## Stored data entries
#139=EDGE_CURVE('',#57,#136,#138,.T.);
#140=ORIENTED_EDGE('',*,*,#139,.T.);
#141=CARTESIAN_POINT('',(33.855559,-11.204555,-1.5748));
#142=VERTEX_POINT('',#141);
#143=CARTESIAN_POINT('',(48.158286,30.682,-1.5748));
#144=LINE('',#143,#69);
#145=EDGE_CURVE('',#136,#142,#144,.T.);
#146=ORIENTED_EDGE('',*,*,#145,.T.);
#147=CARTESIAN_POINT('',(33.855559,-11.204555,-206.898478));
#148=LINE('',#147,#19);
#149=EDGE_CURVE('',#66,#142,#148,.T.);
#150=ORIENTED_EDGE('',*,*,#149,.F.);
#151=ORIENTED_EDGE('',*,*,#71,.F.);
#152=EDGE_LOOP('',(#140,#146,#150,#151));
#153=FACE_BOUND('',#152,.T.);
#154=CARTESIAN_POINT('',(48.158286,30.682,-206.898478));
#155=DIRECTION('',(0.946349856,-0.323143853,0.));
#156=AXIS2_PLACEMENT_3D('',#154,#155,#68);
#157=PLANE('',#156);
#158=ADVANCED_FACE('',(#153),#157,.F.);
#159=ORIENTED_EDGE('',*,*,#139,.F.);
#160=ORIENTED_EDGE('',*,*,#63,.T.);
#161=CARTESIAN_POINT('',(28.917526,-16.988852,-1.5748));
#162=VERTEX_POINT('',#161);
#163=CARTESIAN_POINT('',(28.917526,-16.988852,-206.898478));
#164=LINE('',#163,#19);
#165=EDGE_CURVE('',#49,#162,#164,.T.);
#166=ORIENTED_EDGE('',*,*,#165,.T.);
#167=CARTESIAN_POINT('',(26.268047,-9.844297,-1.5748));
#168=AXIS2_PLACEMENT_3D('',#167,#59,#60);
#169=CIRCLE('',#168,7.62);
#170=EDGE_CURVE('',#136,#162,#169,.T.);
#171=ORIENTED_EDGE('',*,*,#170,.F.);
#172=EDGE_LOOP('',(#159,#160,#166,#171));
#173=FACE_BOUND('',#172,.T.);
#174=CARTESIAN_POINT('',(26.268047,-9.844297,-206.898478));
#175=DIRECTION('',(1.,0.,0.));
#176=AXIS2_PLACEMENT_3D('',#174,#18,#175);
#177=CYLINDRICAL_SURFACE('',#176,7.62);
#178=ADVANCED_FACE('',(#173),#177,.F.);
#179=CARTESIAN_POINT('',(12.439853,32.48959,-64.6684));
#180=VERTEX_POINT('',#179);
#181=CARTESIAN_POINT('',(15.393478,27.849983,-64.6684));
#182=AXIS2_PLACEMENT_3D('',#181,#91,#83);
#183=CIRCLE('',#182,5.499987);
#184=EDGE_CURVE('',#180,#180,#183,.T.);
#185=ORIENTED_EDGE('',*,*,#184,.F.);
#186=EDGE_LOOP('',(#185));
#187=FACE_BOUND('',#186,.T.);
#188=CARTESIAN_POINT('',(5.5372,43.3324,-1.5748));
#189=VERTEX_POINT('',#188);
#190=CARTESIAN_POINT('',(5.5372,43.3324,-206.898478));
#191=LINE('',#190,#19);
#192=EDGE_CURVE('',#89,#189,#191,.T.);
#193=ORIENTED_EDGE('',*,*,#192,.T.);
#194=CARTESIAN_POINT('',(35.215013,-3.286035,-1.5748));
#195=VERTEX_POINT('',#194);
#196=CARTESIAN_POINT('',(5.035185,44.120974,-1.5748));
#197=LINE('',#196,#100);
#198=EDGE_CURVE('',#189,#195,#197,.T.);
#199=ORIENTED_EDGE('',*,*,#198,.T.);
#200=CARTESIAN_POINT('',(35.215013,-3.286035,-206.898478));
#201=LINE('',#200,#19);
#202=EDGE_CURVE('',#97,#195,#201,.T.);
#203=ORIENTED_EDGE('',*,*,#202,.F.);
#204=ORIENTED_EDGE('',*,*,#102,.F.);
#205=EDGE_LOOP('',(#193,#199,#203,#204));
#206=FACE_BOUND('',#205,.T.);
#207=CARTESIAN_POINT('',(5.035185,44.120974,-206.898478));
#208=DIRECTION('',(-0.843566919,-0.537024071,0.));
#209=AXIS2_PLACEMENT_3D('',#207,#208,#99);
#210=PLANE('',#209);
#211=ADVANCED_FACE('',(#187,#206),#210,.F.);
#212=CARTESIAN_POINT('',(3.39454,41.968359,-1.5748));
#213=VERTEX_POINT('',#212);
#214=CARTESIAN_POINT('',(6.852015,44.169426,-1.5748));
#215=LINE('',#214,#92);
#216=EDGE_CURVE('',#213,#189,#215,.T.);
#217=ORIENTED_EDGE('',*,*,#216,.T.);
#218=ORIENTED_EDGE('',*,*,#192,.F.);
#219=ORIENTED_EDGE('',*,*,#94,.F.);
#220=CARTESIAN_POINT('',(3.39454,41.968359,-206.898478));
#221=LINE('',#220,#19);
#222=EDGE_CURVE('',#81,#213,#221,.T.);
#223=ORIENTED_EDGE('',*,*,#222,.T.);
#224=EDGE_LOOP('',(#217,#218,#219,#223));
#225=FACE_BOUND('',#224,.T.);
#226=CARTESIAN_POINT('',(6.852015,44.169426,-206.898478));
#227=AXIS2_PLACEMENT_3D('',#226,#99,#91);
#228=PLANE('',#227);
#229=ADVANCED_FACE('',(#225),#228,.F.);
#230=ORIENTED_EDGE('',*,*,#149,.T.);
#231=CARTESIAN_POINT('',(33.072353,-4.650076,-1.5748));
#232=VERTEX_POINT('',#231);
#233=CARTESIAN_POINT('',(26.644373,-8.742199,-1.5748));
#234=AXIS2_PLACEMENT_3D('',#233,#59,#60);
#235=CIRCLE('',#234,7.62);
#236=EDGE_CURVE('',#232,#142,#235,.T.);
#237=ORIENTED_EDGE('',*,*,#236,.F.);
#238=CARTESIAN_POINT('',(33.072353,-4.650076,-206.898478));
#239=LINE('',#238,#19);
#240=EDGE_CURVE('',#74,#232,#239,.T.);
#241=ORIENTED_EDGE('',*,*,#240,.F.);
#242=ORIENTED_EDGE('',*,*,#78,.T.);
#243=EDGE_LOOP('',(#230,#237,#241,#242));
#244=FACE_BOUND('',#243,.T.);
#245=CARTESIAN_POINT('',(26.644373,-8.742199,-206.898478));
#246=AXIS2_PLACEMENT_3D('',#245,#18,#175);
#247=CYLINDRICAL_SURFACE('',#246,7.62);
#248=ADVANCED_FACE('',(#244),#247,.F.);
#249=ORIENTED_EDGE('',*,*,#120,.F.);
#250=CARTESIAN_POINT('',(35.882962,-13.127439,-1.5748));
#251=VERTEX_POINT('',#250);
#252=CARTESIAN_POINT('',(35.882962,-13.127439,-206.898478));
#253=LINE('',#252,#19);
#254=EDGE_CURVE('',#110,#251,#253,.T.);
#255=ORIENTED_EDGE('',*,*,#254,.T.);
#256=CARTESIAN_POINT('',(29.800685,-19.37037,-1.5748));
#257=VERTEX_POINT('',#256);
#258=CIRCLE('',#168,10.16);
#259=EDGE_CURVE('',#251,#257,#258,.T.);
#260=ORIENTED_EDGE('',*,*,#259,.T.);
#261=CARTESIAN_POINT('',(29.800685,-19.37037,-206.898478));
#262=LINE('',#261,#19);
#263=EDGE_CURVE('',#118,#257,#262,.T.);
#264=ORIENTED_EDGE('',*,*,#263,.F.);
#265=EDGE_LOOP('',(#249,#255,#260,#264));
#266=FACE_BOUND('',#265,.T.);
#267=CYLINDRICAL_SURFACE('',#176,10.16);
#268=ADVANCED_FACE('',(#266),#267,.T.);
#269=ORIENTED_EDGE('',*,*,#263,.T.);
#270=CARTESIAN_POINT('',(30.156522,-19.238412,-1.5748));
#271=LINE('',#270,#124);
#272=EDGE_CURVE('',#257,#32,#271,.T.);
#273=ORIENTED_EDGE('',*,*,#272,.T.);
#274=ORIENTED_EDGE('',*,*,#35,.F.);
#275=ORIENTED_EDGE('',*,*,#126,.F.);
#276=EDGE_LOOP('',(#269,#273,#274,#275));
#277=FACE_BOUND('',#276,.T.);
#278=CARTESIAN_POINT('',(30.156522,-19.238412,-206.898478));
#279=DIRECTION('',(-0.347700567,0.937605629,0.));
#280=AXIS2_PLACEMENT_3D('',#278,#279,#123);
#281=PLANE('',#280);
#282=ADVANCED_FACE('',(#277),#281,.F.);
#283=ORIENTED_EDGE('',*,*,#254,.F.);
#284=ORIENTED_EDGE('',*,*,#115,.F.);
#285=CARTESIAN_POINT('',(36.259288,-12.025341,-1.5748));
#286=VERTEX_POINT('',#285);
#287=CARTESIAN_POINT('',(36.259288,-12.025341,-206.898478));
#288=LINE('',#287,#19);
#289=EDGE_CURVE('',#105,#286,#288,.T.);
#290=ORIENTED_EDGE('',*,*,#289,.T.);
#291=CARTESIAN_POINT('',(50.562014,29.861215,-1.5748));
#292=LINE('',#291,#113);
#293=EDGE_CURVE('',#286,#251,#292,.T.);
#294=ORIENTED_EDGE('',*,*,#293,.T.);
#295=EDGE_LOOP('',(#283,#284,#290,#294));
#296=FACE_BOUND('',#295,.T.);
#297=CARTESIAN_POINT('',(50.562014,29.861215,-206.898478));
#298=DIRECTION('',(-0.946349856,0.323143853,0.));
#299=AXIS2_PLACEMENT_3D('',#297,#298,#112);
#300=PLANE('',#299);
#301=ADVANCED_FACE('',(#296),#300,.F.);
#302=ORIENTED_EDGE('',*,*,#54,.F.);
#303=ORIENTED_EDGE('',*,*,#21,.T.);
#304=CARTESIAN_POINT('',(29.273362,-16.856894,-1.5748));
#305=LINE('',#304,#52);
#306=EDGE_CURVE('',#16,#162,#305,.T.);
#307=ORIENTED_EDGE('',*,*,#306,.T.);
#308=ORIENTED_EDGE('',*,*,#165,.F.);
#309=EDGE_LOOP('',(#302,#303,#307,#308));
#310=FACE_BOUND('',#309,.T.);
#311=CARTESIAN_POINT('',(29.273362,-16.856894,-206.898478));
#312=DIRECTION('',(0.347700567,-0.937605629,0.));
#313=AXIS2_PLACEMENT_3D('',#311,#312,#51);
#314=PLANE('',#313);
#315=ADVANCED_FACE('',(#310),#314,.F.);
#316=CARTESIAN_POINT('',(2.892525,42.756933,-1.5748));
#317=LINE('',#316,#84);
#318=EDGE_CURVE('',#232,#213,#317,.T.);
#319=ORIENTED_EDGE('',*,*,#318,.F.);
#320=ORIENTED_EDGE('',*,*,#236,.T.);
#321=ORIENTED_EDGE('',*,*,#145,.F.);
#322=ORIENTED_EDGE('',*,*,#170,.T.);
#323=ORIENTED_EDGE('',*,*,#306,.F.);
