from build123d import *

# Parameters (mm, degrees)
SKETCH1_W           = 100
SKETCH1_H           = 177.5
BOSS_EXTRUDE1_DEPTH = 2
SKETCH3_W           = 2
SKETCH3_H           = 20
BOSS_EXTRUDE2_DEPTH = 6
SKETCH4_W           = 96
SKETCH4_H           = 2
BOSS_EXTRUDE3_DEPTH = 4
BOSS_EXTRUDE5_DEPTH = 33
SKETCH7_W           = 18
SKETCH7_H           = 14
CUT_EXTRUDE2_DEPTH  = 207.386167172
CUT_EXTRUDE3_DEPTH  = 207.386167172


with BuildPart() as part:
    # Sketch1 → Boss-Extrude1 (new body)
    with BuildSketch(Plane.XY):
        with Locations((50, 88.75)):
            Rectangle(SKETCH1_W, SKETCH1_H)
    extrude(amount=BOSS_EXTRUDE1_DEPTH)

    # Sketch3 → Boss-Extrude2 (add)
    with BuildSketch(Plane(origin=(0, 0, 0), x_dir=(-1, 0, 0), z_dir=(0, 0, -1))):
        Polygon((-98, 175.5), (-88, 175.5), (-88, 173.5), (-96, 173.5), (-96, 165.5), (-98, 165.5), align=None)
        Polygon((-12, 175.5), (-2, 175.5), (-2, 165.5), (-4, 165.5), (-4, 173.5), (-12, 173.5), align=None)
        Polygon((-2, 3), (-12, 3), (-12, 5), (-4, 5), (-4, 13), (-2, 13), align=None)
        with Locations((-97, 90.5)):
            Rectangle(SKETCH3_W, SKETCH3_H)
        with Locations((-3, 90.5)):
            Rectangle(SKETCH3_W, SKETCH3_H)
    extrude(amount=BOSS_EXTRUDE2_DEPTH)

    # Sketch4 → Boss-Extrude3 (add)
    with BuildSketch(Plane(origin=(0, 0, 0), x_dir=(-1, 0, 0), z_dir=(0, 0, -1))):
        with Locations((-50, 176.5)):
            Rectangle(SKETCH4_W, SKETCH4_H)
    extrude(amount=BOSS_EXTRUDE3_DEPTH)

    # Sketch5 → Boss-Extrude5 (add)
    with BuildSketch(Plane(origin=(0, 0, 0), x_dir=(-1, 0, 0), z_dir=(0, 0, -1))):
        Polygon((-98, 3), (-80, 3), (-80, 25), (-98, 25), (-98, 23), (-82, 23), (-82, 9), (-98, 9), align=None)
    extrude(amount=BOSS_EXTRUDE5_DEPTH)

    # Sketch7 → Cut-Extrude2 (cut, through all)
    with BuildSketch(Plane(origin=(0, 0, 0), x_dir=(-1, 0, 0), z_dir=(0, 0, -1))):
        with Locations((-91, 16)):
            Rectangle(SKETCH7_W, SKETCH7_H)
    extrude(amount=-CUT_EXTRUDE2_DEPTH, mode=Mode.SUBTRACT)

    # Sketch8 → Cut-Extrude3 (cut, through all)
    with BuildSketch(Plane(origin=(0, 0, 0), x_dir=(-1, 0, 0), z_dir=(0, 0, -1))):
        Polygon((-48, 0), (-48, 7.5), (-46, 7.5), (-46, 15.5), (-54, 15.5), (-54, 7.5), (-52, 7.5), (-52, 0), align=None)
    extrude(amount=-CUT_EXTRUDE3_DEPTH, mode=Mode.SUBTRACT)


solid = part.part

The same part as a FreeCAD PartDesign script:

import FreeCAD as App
import Part
import Sketcher
Q = App.Units.Quantity

doc = App.newDocument("Part")
params = doc.addObject("Spreadsheet::Sheet", "Params")
for row, (alias, value) in enumerate([
    ("sketch1_width", "100 mm"),
    ("sketch1_height", "177.5 mm"),
    ("pad1_length", "2 mm"),
    ("sketch2_width", "10 mm"),
    ("sketch2_width2", "2 mm"),
    ("sketch2_height", "20 mm"),
    ("pad2_length", "6 mm"),
    ("sketch3_width", "96 mm"),
    ("sketch3_height", "2 mm"),
    ("pad3_length", "4 mm"),
    ("sketch4_width", "18 mm"),
    ("sketch4_width2", "16 mm"),
    ("sketch4_height", "22 mm"),
    ("sketch4_height2", "2 mm"),
    ("sketch4_height3", "14 mm"),
    ("pad4_length", "33 mm"),
    ("sketch5_width", "18 mm"),
    ("sketch5_height", "14 mm"),
    ("sketch6_width", "2 mm"),
    ("sketch6_width2", "8 mm"),
    ("sketch6_height", "7.5 mm"),
], start=1):
    params.set(f"A{row}", alias)
    params.set(f"B{row}", "=" + value)
    params.setAlias(f"B{row}", alias)

body = doc.addObject("PartDesign::Body", "Body")

# Sketch on XY plane
sketch1 = body.newObject("Sketcher::SketchObject", "Sketch")
sketch1.AttachmentSupport = (doc.getObject("XY_Plane"), [""])
sketch1.MapMode = "FlatFace"
sketch1.addGeometry(Part.LineSegment(App.Vector(0, 178, 0), App.Vector(0, 0, 0)), False)
sketch1.addGeometry(Part.LineSegment(App.Vector(0, 0, 0), App.Vector(100, 0, 0)), False)
sketch1.addGeometry(Part.LineSegment(App.Vector(100, 0, 0), App.Vector(100, 178, 0)), False)
sketch1.addGeometry(Part.LineSegment(App.Vector(100, 178, 0), App.Vector(0, 178, 0)), False)
sketch1.addConstraint(Sketcher.Constraint("Coincident", 0, 2, 1, 1))
sketch1.addConstraint(Sketcher.Constraint("Coincident", 1, 2, 2, 1))
sketch1.addConstraint(Sketcher.Constraint("Coincident", 2, 2, 3, 1))
sketch1.addConstraint(Sketcher.Constraint("Coincident", 3, 2, 0, 1))
sketch1.addConstraint(Sketcher.Constraint("Vertical", 0))
sketch1.addConstraint(Sketcher.Constraint("Horizontal", 1))
sketch1.addConstraint(Sketcher.Constraint("Vertical", 2))
sketch1.addConstraint(Sketcher.Constraint("Horizontal", 3))
sketch1.addConstraint(Sketcher.Constraint("Coincident", 0, 2, -1, 1))
sketch1.addConstraint(Sketcher.Constraint("DistanceX", 1, 1, 1, 2, Q("100 mm")))
sketch1.addConstraint(Sketcher.Constraint("DistanceY", 0, 2, 0, 1, Q("177.5 mm")))
sketch1.setExpression("Constraints[9]", "Params.sketch1_width")
sketch1.setExpression("Constraints[10]", "Params.sketch1_height")
pad1 = body.newObject("PartDesign::Pad", "Pad")
pad1.Profile = sketch1
pad1.setExpression("Length", "Params.pad1_length")

# Sketch on XY plane
sketch2 = body.newObject("Sketcher::SketchObject", "Sketch001")
sketch2.AttachmentSupport = (doc.getObject("XY_Plane"), [""])
sketch2.MapMode = "FlatFace"
sketch2.addGeometry(Part.LineSegment(App.Vector(88, 175.5, 0), App.Vector(98, 175.5, 0)), False)
sketch2.addGeometry(Part.LineSegment(App.Vector(98, 175.5, 0), App.Vector(98, 165.5, 0)), False)
sketch2.addGeometry(Part.LineSegment(App.Vector(98, 165.5, 0), App.Vector(96, 165.5, 0)), False)
sketch2.addGeometry(Part.LineSegment(App.Vector(96, 165.5, 0), App.Vector(96, 173.5, 0)), False)
sketch2.addGeometry(Part.LineSegment(App.Vector(96, 173.5, 0), App.Vector(88, 173.5, 0)), False)
sketch2.addGeometry(Part.LineSegment(App.Vector(88, 173.5, 0), App.Vector(88, 175.5, 0)), False)
sketch2.addGeometry(Part.LineSegment(App.Vector(2, 175.5, 0), App.Vector(12, 175.5, 0)), False)
sketch2.addGeometry(Part.LineSegment(App.Vector(12, 175.5, 0), App.Vector(12, 173.5, 0)), False)
sketch2.addGeometry(Part.LineSegment(App.Vector(12, 173.5, 0), App.Vector(4, 173.5, 0)), False)
sketch2.addGeometry(Part.LineSegment(App.Vector(4, 173.5, 0), App.Vector(4, 165.5, 0)), False)
sketch2.addGeometry(Part.LineSegment(App.Vector(4, 165.5, 0), App.Vector(2, 165.5, 0)), False)
sketch2.addGeometry(Part.LineSegment(App.Vector(2, 165.5, 0), App.Vector(2, 175.5, 0)), False)
sketch2.addGeometry(Part.LineSegment(App.Vector(12, 3, 0), App.Vector(2, 3, 0)), False)
sketch2.addGeometry(Part.LineSegment(App.Vector(2, 3, 0), App.Vector(2, 13, 0)), False)
sketch2.addGeometry(Part.LineSegment(App.Vector(2, 13, 0), App.Vector(4, 13, 0)), False)
sketch2.addGeometry(Part.LineSegment(App.Vector(4, 13, 0), App.Vector(4, 5, 0)), False)
sketch2.addGeometry(Part.LineSegment(App.Vector(4, 5, 0), App.Vector(12, 5, 0)), False)
sketch2.addGeometry(Part.LineSegment(App.Vector(12, 5, 0), App.Vector(12, 3, 0)), False)
sketch2.addGeometry(Part.LineSegment(App.Vector(98, 100.5, 0), App.Vector(98, 80.5, 0)), False)
sketch2.addGeometry(Part.LineSegment(App.Vector(98, 80.5, 0), App.Vector(96, 80.5, 0)), False)
sketch2.addGeometry(Part.LineSegment(App.Vector(96, 80.5, 0), App.Vector(96, 100.5, 0)), False)
sketch2.addGeometry(Part.LineSegment(App.Vector(96, 100.5, 0), App.Vector(98, 100.5, 0)), False)
sketch2.addGeometry(Part.LineSegment(App.Vector(4, 100.5, 0), App.Vector(4, 80.5, 0)), False)
sketch2.addGeometry(Part.LineSegment(App.Vector(4, 80.5, 0), App.Vector(2, 80.5, 0)), False)
sketch2.addGeometry(Part.LineSegment(App.Vector(2, 80.5, 0), App.Vector(2, 100.5, 0)), False)
sketch2.addGeometry(Part.LineSegment(App.Vector(2, 100.5, 0), App.Vector(4, 100.5, 0)), False)
sketch2.addConstraint(Sketcher.Constraint("Coincident", 0, 2, 1, 1))
sketch2.addConstraint(Sketcher.Constraint("Coincident", 1, 2, 2, 1))
sketch2.addConstraint(Sketcher.Constraint("Coincident", 2, 2, 3, 1))
sketch2.addConstraint(Sketcher.Constraint("Coincident", 3, 2, 4, 1))
sketch2.addConstraint(Sketcher.Constraint("Coincident", 4, 2, 5, 1))
sketch2.addConstraint(Sketcher.Constraint("Coincident", 5, 2, 0, 1))
sketch2.addConstraint(Sketcher.Constraint("Coincident", 6, 2, 7, 1))
sketch2.addConstraint(Sketcher.Constraint("Coincident", 7, 2, 8, 1))
sketch2.addConstraint(Sketcher.Constraint("Coincident", 8, 2, 9, 1))
sketch2.addConstraint(Sketcher.Constraint("Coincident", 9, 2, 10, 1))
sketch2.addConstraint(Sketcher.Constraint("Coincident", 10, 2, 11, 1))
sketch2.addConstraint(Sketcher.Constraint("Coincident", 11, 2, 6, 1))
sketch2.addConstraint(Sketcher.Constraint("Coincident", 12, 2, 13, 1))
sketch2.addConstraint(Sketcher.Constraint("Coincident", 13, 2, 14, 1))
sketch2.addConstraint(Sketcher.Constraint("Coincident", 14, 2, 15, 1))
sketch2.addConstraint(Sketcher.Constraint("Coincident", 15, 2, 16, 1))
sketch2.addConstraint(Sketcher.Constraint("Coincident", 16, 2, 17, 1))
sketch2.addConstraint(Sketcher.Constraint("Coincident", 17, 2, 12, 1))
sketch2.addConstraint(Sketcher.Constraint("Coincident", 18, 2, 19, 1))
sketch2.addConstraint(Sketcher.Constraint("Coincident", 19, 2, 20, 1))
sketch2.addConstraint(Sketcher.Constraint("Coincident", 20, 2, 21, 1))
sketch2.addConstraint(Sketcher.Constraint("Coincident", 21, 2, 18, 1))
sketch2.addConstraint(Sketcher.Constraint("Coincident", 22, 2, 23, 1))
sketch2.addConstraint(Sketcher.Constraint("Coincident", 23, 2, 24, 1))
sketch2.addConstraint(Sketcher.Constraint("Coincident", 24, 2, 25, 1))
sketch2.addConstraint(Sketcher.Constraint("Coincident", 25, 2, 22, 1))
sketch2.addConstraint(Sketcher.Constraint("Horizontal", 0))
sketch2.addConstraint(Sketcher.Constraint("Vertical", 1))
sketch2.addConstraint(Sketcher.Constraint("Horizontal", 2))
sketch2.addConstraint(Sketcher.Constraint("Vertical", 3))
sketch2.addConstraint(Sketcher.Constraint("Horizontal", 4))
sketch2.addConstraint(Sketcher.Constraint("Vertical", 5))
sketch2.addConstraint(Sketcher.Constraint("Horizontal", 6))
sketch2.addConstraint(Sketcher.Constraint("Vertical", 7))
sketch2.addConstraint(Sketcher.Constraint("Horizontal", 8))
sketch2.addConstraint(Sketcher.Constraint("Vertical", 9))
sketch2.addConstraint(Sketcher.Constraint("Horizontal", 10))
sketch2.addConstraint(Sketcher.Constraint("Vertical", 11))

## Work item
Start at the first line of the entries and stop at the line with "#172=EDGE_LOOP('',(#159,#160,#166,#171));". Retype each of those lines exactly, both ends included.

## Output for this task
#139=EDGE_CURVE('',#57,#136,#138,.T.);
#140=ORIENTED_EDGE('',*,*,#139,.T.);
#141=CARTESIAN_POINT('',(33.855559,-11.204555,-1.5748));
#142=VERTEX_POINT('',#141);
#143=CARTESIAN_POINT('',(48.158286,30.682,-1.5748));
#144=LINE('',#143,#69);
#145=EDGE_CURVE('',#136,#142,#144,.T.);
#146=ORIENTED_EDGE('',*,*,#145,.T.);
#147=CARTESIAN_POINT('',(33.855559,-11.204555,-206.898478));
#148=LINE('',#147,#19);
#149=EDGE_CURVE('',#66,#142,#148,.T.);
#150=ORIENTED_EDGE('',*,*,#149,.F.);
#151=ORIENTED_EDGE('',*,*,#71,.F.);
#152=EDGE_LOOP('',(#140,#146,#150,#151));
#153=FACE_BOUND('',#152,.T.);
#154=CARTESIAN_POINT('',(48.158286,30.682,-206.898478));
#155=DIRECTION('',(0.946349856,-0.323143853,0.));
#156=AXIS2_PLACEMENT_3D('',#154,#155,#68);
#157=PLANE('',#156);
#158=ADVANCED_FACE('',(#153),#157,.F.);
#159=ORIENTED_EDGE('',*,*,#139,.F.);
#160=ORIENTED_EDGE('',*,*,#63,.T.);
#161=CARTESIAN_POINT('',(28.917526,-16.988852,-1.5748));
#162=VERTEX_POINT('',#161);
#163=CARTESIAN_POINT('',(28.917526,-16.988852,-206.898478));
#164=LINE('',#163,#19);
#165=EDGE_CURVE('',#49,#162,#164,.T.);
#166=ORIENTED_EDGE('',*,*,#165,.T.);
#167=CARTESIAN_POINT('',(26.268047,-9.844297,-1.5748));
#168=AXIS2_PLACEMENT_3D('',#167,#59,#60);
#169=CIRCLE('',#168,7.62);
#170=EDGE_CURVE('',#136,#162,#169,.T.);
#171=ORIENTED_EDGE('',*,*,#170,.F.);
#172=EDGE_LOOP('',(#159,#160,#166,#171));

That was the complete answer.